Should I open a new bug or keep the same one for this? If same, are there some specific options I should run valgrind with to get more information on the disInstr problem to attach the log file?

==21074==
disInstr(ppc): unhandled instruction: 0x7D20009D
                 primary 31(0x1F), secondary 157(0x9D)
==21074== valgrind: Unrecognised instruction at address 0xfe9be20.
==21074== Your program just tried to execute an instruction that Valgrind
==21074== did not recognise.  There are two possible reasons for this.
==21074== 1. Your program has a bug and erroneously jumped to a non-code
==21074==    location.  If you are running Memcheck and you just saw a
==21074==    warning about a bad jump, it's probably your program's fault.
==21074== 2. The instruction is legitimate but Valgrind doesn't handle it,
==21074==    i.e. it's Valgrind's fault.  If you think this is the case or
==21074==    you are not sure, please let us know and we'll try to fix it.
==21074== Either way, Valgrind will now raise a SIGILL signal which will
==21074== probably kill your program.

Comment 8 Bart Van Assche 2009-01-12 18:34:57 UTC

Please open a new bug for the unhandled instruction -- the unhandled instruction issue is not related to the floating point exception triggered by the machine detection code.
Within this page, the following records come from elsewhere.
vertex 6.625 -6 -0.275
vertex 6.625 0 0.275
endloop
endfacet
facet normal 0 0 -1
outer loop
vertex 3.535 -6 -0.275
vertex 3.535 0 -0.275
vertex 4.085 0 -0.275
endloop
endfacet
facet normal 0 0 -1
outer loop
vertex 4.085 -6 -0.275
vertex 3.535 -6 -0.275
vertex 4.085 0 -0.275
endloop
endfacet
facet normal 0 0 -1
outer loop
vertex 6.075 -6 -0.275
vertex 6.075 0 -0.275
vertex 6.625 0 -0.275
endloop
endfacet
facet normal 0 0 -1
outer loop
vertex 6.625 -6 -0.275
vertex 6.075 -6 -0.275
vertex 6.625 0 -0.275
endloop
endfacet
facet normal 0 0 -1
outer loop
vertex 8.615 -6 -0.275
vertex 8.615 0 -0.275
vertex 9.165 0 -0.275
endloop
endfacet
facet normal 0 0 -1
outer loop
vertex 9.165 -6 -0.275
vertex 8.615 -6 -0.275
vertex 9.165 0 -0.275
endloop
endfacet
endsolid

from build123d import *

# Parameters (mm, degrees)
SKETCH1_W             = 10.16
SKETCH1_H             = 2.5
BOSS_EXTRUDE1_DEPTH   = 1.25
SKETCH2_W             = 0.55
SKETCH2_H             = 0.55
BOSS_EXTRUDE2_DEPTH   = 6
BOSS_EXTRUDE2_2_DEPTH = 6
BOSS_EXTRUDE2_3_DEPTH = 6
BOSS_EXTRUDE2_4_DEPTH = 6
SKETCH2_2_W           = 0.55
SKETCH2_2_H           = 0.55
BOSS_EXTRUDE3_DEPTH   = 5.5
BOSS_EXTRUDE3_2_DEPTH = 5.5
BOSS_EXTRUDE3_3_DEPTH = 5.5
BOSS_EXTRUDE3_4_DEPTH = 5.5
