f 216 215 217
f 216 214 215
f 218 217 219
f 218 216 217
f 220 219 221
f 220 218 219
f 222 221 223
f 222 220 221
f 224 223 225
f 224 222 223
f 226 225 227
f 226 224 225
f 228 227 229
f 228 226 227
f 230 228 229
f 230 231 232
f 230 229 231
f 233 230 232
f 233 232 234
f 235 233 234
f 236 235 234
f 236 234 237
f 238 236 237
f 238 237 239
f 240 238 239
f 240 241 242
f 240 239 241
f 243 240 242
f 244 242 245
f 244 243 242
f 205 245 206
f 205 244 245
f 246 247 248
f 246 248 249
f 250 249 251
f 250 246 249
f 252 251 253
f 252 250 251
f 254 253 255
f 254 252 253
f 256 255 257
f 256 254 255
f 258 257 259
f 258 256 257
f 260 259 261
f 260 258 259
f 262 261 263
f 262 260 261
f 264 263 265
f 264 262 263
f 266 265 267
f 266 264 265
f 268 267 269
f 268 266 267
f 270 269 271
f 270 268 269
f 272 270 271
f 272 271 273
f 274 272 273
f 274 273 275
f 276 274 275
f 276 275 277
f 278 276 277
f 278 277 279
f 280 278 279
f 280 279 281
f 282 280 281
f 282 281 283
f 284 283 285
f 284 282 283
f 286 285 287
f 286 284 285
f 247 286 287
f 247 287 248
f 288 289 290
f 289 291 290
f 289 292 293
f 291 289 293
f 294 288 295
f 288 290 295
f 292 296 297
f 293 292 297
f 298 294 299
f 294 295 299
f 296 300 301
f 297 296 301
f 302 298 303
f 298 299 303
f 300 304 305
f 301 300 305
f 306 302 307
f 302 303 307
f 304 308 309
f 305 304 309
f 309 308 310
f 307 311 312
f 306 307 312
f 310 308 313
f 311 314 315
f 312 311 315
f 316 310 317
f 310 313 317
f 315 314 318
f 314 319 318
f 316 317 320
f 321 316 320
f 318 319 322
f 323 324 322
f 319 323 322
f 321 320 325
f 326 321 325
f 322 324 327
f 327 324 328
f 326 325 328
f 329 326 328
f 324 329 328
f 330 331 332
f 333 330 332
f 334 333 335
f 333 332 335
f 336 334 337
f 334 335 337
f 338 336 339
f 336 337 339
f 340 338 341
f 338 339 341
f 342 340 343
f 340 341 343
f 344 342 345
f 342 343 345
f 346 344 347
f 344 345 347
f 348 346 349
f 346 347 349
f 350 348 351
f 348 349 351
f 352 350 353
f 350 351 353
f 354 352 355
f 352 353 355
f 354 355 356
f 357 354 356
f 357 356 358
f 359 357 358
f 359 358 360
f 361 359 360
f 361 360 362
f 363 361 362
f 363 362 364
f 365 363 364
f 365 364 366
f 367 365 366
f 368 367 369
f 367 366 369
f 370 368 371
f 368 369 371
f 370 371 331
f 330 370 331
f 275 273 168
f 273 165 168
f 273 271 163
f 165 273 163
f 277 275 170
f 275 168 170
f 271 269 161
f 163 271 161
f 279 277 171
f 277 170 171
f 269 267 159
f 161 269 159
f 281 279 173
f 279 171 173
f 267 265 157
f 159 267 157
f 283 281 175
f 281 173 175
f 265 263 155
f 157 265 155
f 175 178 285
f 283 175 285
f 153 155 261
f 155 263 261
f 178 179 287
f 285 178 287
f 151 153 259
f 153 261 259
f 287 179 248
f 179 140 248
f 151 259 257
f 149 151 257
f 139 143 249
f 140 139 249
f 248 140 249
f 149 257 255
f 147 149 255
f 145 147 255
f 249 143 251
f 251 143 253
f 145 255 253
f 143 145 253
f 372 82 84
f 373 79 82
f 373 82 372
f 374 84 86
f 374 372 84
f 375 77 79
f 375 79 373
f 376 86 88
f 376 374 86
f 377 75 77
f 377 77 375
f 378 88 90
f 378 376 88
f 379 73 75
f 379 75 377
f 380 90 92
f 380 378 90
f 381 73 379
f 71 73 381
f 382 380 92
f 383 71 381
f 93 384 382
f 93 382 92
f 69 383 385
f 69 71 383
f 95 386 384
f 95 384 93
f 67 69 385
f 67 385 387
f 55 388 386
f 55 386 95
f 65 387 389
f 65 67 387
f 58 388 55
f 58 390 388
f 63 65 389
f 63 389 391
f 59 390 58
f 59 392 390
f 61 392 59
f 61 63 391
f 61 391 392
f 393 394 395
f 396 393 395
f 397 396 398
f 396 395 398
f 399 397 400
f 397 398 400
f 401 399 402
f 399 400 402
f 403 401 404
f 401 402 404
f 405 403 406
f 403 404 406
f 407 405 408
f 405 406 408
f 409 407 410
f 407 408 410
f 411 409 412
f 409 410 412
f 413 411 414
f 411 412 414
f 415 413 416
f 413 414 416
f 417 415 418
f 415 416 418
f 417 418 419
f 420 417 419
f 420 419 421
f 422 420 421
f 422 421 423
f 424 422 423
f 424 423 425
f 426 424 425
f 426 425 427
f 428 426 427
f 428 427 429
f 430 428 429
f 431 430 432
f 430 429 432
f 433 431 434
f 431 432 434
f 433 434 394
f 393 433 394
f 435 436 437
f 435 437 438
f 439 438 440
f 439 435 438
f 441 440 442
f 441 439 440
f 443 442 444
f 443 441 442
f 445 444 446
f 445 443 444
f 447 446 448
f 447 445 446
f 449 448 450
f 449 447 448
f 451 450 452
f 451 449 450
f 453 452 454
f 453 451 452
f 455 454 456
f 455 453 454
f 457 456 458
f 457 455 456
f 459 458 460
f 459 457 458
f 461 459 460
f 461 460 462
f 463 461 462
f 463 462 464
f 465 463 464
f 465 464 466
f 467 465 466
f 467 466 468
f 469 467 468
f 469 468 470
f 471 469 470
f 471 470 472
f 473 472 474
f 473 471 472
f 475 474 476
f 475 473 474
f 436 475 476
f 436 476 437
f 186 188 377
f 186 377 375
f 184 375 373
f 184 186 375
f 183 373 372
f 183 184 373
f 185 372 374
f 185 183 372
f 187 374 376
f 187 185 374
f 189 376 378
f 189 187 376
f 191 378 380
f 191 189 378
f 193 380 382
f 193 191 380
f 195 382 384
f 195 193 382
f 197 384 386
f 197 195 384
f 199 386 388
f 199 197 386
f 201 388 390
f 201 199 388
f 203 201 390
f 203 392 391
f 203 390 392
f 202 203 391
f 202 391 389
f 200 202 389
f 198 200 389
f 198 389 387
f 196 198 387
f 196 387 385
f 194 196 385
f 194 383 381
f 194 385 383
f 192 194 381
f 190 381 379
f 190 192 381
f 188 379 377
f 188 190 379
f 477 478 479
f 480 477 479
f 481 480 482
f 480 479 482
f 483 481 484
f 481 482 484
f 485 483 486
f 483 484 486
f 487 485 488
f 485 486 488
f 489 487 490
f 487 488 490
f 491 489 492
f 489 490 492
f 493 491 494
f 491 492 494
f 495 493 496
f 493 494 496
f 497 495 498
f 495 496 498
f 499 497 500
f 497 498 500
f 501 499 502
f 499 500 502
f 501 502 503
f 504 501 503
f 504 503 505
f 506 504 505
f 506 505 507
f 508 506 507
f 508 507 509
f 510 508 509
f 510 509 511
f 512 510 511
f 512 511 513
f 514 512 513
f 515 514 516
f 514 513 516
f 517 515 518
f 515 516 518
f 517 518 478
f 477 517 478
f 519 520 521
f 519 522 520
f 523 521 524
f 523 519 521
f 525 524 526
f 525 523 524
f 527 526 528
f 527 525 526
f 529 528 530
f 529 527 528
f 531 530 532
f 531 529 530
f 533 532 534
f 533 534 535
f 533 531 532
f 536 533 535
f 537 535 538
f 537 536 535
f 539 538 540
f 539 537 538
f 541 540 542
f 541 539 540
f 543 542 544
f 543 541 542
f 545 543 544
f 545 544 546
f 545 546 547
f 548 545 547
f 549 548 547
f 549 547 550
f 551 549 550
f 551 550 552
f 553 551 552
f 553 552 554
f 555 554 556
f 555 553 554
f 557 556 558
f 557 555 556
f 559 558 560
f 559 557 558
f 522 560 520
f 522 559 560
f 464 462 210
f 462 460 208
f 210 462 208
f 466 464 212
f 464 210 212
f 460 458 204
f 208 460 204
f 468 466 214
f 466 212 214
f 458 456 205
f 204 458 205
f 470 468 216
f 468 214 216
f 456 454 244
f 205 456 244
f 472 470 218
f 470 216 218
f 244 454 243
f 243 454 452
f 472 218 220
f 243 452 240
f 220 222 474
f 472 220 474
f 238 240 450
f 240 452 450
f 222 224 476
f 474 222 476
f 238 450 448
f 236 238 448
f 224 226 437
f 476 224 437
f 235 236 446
Thanks for testing.

Comment 9 Sebastien 2009-01-13 00:44:43 UTC

OK with 
https://bugs.kde.org/attachment.cgi?id=30135
patch then. Thanks!

Comment 10 Bart Van Assche 2009-01-13 08:51:27 UTC

A fix has been committed on the trunk (r8945) and will be included in one of the next releases (either 3.4.1 or 3.5.0).